Member of the Minnesota House of Representatives from the 22A district
- In office January 5, 1971 – January 1, 1973

Personal details
- Born: October 17, 1922 Montevideo, Minnesota, U.S.
- Died: March 23, 1980 (aged 57) Peoria, Illinois, U.S.
- Cause of death: Heart attack
- Resting place: Sunset Memorial Cemetery
- Spouse: Lois Berdahl ​(m. 1946)​
- Children: 4
- Alma mater: University of Minnesota St. Olaf College
- Profession: Politician, farmer

Military service
- Allegiance: United States
- Branch/service: United States Army Air Forces
- Years of service: 1942–1946
- Battles/wars: World War II

= Eugene Allison Smith =

American politician (1922–1980)

Eugene Allison Smith (October 17, 1922 - March 23, 1980) was an American politician and farmer.

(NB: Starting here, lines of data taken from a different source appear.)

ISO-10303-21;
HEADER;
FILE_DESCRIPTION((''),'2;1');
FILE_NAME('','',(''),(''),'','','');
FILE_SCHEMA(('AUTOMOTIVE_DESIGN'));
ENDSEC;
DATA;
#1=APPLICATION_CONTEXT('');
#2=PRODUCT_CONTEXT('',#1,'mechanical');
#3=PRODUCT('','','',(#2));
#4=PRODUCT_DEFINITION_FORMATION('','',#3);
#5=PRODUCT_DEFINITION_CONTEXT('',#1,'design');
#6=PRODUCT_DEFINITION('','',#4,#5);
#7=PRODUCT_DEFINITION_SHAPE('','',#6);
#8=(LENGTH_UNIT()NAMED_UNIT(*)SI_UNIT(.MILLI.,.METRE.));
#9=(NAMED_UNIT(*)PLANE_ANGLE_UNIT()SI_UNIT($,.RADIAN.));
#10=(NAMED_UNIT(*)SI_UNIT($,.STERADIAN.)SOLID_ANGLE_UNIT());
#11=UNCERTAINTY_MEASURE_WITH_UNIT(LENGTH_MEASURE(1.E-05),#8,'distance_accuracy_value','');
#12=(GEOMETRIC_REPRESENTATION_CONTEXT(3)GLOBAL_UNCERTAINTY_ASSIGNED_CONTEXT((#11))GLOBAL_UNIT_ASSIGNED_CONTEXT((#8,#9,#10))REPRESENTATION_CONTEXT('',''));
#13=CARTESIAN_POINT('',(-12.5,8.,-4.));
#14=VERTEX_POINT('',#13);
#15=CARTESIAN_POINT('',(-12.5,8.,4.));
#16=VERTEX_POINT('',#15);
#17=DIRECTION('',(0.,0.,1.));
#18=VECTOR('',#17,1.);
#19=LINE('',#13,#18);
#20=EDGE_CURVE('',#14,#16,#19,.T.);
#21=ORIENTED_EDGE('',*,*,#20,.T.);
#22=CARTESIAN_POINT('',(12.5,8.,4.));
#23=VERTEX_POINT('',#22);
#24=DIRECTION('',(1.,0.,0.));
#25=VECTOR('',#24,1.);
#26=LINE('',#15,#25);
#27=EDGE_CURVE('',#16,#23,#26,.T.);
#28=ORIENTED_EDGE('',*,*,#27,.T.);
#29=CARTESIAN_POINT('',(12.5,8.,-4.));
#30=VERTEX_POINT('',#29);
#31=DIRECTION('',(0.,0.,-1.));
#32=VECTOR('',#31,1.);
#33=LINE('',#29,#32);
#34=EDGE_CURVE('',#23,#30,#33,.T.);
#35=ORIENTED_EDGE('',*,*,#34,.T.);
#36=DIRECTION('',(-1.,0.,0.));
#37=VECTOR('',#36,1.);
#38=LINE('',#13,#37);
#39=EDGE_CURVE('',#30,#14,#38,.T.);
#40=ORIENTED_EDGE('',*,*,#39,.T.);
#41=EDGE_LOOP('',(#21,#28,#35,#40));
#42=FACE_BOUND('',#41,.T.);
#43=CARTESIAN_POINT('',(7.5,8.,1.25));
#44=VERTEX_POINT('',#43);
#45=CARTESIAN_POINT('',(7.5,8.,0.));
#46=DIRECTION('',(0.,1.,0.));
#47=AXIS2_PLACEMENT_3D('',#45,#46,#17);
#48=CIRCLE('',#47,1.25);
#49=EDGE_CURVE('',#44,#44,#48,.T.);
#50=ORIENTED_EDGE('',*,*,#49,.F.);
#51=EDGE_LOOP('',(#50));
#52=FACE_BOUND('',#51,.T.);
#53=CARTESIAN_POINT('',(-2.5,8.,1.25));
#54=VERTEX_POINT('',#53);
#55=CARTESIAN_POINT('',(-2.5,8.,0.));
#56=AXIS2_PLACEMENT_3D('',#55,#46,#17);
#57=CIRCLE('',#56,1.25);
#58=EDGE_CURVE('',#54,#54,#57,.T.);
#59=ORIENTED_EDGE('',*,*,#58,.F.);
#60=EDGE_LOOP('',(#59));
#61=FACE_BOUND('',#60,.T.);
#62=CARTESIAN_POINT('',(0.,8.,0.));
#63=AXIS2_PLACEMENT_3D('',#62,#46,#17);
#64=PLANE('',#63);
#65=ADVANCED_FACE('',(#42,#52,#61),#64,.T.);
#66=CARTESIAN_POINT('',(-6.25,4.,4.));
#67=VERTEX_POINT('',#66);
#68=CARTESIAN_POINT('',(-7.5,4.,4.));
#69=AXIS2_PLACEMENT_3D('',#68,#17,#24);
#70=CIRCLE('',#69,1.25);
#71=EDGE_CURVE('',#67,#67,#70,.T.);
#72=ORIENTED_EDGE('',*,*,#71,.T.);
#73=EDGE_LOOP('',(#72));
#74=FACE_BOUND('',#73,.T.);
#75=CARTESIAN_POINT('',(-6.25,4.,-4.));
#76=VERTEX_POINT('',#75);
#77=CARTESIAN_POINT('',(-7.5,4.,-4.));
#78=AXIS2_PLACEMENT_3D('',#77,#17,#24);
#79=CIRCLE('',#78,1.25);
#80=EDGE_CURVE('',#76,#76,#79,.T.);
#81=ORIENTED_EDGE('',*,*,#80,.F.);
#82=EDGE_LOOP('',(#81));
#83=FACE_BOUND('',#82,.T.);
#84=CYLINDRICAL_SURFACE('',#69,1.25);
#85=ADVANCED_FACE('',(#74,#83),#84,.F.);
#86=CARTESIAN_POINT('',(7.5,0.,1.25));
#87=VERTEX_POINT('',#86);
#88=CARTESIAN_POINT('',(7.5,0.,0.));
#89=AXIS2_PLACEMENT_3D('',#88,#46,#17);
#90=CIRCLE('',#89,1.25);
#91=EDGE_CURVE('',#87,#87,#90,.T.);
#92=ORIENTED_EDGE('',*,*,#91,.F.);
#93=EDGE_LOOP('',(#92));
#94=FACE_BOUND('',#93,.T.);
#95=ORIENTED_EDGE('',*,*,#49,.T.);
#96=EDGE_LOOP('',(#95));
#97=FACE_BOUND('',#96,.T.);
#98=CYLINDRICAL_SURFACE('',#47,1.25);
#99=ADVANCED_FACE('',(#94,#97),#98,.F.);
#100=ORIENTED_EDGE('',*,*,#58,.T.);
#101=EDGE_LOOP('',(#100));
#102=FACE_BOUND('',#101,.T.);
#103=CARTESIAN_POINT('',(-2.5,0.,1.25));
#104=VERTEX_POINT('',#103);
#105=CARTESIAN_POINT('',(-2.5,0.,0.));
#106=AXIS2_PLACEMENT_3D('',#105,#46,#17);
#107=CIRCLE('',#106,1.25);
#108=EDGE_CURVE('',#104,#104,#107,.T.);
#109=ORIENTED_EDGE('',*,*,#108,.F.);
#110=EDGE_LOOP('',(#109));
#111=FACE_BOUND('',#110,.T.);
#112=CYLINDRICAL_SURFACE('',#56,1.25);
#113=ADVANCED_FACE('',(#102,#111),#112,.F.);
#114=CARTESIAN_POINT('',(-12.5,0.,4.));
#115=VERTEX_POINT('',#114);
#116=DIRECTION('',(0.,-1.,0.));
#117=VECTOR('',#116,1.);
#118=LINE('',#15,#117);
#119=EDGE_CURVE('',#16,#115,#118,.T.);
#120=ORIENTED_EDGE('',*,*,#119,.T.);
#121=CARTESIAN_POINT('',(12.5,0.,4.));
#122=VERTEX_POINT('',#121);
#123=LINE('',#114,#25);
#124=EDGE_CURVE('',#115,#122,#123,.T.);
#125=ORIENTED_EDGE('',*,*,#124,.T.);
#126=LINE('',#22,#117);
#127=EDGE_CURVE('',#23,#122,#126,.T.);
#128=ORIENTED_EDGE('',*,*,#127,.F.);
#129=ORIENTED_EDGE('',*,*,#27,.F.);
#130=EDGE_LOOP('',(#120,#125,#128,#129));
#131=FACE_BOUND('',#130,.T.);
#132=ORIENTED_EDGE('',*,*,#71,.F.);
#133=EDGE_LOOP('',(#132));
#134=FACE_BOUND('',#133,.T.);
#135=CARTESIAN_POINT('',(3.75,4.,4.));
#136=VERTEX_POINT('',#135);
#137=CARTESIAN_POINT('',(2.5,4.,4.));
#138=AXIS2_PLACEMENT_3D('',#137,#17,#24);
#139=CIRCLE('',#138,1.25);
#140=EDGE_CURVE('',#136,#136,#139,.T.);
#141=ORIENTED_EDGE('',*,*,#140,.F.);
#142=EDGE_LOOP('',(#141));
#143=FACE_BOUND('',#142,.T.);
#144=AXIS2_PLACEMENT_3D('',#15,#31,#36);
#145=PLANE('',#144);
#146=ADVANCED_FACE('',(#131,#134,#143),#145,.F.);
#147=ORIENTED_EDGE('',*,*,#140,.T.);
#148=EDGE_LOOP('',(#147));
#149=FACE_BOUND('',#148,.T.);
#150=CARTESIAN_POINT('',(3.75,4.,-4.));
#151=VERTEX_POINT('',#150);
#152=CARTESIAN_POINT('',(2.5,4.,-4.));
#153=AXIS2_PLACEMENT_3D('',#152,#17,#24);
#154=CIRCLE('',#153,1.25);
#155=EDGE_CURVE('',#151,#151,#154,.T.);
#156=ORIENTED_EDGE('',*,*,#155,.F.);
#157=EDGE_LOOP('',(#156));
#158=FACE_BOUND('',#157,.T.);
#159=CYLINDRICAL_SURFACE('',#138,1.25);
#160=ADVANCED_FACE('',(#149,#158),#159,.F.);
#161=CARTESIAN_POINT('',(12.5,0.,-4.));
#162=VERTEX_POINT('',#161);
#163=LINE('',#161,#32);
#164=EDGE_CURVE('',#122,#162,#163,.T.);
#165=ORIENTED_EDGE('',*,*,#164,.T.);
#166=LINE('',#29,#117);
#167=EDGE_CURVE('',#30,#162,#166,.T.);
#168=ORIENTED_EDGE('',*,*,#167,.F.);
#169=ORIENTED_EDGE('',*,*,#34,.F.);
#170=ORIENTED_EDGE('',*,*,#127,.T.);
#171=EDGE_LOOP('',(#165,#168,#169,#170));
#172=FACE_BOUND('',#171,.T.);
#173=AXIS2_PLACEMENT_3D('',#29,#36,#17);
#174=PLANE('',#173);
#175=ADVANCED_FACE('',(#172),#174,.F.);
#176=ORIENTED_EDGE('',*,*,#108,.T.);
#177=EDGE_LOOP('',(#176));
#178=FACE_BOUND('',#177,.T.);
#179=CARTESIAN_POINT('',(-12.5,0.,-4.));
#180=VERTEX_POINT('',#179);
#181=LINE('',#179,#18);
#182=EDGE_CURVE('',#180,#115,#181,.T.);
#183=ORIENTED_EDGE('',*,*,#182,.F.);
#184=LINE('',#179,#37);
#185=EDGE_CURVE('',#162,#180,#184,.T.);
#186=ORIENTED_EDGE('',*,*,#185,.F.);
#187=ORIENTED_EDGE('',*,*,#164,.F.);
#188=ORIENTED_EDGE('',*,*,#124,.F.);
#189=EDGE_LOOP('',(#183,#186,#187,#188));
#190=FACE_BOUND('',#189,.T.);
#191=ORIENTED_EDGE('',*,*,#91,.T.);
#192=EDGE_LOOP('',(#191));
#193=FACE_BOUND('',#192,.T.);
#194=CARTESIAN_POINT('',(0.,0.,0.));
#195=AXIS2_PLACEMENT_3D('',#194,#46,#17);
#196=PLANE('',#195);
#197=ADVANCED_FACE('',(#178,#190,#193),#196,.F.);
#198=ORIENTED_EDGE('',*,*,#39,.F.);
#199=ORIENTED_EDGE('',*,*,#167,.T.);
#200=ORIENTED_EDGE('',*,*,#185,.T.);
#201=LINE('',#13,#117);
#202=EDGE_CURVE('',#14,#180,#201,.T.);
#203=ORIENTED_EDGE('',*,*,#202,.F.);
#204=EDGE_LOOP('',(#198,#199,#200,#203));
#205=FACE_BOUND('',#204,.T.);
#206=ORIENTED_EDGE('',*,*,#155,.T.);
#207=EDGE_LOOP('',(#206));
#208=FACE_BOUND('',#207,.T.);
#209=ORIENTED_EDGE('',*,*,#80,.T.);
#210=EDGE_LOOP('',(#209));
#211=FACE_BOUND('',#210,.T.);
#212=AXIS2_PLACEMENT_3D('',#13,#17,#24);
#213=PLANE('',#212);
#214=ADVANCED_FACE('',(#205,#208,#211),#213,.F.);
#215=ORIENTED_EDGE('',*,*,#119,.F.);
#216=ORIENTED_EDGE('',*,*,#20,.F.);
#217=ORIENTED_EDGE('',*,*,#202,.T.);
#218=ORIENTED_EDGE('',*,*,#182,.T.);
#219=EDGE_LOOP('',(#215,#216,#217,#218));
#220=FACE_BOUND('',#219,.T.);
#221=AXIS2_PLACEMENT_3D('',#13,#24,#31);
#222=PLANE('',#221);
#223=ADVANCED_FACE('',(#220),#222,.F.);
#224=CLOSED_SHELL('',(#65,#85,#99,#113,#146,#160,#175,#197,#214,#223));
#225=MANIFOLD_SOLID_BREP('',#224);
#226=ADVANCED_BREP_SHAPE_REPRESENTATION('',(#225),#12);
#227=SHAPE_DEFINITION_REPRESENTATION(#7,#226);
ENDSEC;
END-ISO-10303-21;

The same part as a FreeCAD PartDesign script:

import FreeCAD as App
import Part
import Sketcher
from FreeCAD import Vector

doc = App.newDocument("Part")
params = doc.addObject("Spreadsheet::Sheet", "Params")
for row, (alias, value) in enumerate([
    ("sketch1_width", "25 mm"),
    ("sketch1_height", "8 mm"),
    ("pad1_length", "8 mm"),
    ("sketch2_diameter", "2.5 mm"),
    ("hole_diameter", "2.5 mm"),
    ("sketch3_diameter", "2.5 mm"),
    ("hole2_diameter", "2.5 mm"),
], start=1):
    params.set(f"A{row}", alias)
    params.set(f"B{row}", "=" + value)
    params.setAlias(f"B{row}", alias)

body = doc.addObject("PartDesign::Body", "Body")

# Sketch on XZ plane
sketch1 = body.newObject("Sketcher::SketchObject", "Sketch")
sketch1.AttachmentSupport = (doc.getObject("XZ_Plane"), [""])
sketch1.MapMode = "FlatFace"
sketch1.addGeometry(Part.LineSegment(Vector(-12, -4, 0), Vector(-12, 4, 0)), False)
sketch1.addGeometry(Part.LineSegment(Vector(-12, 4, 0), Vector(12, 4, 0)), False)
sketch1.addGeometry(Part.LineSegment(Vector(12, 4, 0), Vector(12, -4, 0)), False)
sketch1.addGeometry(Part.LineSegment(Vector(12, -4, 0), Vector(-12, -4, 0)), False)
sketch1.addConstraint(Sketcher.Constraint("Coincident", 0, 2, 1, 1))
sketch1.addConstraint(Sketcher.Constraint("Coincident", 1, 2, 2, 1))
sketch1.addConstraint(Sketcher.Constraint("Coincident", 2, 2, 3, 1))
sketch1.addConstraint(Sketcher.Constraint("Coincident", 3, 2, 0, 1))
sketch1.addConstraint(Sketcher.Constraint("Vertical", 0))
sketch1.addConstraint(Sketcher.Constraint("Horizontal", 1))
sketch1.addConstraint(Sketcher.Constraint("Vertical", 2))
sketch1.addConstraint(Sketcher.Constraint("Horizontal", 3))
sketch1.addConstraint(Sketcher.Constraint("Symmetric", 0, 2, 2, 2, -1, 1))
sketch1.addConstraint(Sketcher.Constraint("DistanceX", 1, 1, 1, 2, 25.0))
sketch1.addConstraint(Sketcher.Constraint("DistanceY", 0, 1, 0, 2, 8.0))
sketch1.setExpression("Constraints[9]", "Params.sketch1_width")
sketch1.setExpression("Constraints[10]", "Params.sketch1_height")
pad1 = body.newObject("PartDesign::Pad", "Pad")
pad1.Profile = sketch1
pad1.setExpression("Length", "Params.pad1_length")
pad1.Reversed = True

# Sketch on XY plane
sketch2 = body.newObject("Sketcher::SketchObject", "Sketch001")
sketch2.AttachmentSupport = (doc.getObject("XY_Plane"), [""])
sketch2.MapMode = "FlatFace"
sketch2.AttachmentOffset = App.Placement(Vector(0, 0, 4), App.Rotation())
sketch2.addGeometry(Part.Circle(Vector(2.5, 4, 0), Vector(0, 0, 1), 1.2), False)
sketch2.addGeometry(Part.Circle(Vector(-7.5, 4, 0), Vector(0, 0, 1), 1.2), False)
sketch2.addConstraint(Sketcher.Constraint("Equal", 0, 1))
sketch2.addConstraint(Sketcher.Constraint("Horizontal", 0, 3, 1, 3))
sketch2.addConstraint(Sketcher.Constraint("Diameter", 0, 2.5))
sketch2.addConstraint(Sketcher.Constraint("DistanceY", -1, 1, 0, 3, 4.0))
sketch2.addConstraint(Sketcher.Constraint("DistanceX", 1, 3, 0, 3, 10.0))
sketch2.addConstraint(Sketcher.Constraint("DistanceX", -1, 1, 0, 3, 2.5))
sketch2.setExpression("Constraints[2]", "Params.sketch2_diameter")
doc.recompute()
hole = body.newObject("PartDesign::Hole", "Hole")
hole.Profile = sketch2
hole.ThreadType = "None"
hole.setExpression("Diameter", "Params.hole_diameter")
hole.DepthType = "ThroughAll"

Smith was born in Montevideo, Minnesota and graduated from Montevideo High School in 1940. He went to the University of Minnesota and St. Olaf College. Smith served in the United States Army Air Force during World War II. He was a farmer and lived in Montevideo, Minnesota with his wife and family. Smith served in the Minnesota House of Representatives in 1971 and 1972 and was on the Montevideo Library Board. Smith died at a hospital in Peoria, Illinois after suffering a heart attack; he was performing with the Gay Nineties Quartet in Peoria, Illinois.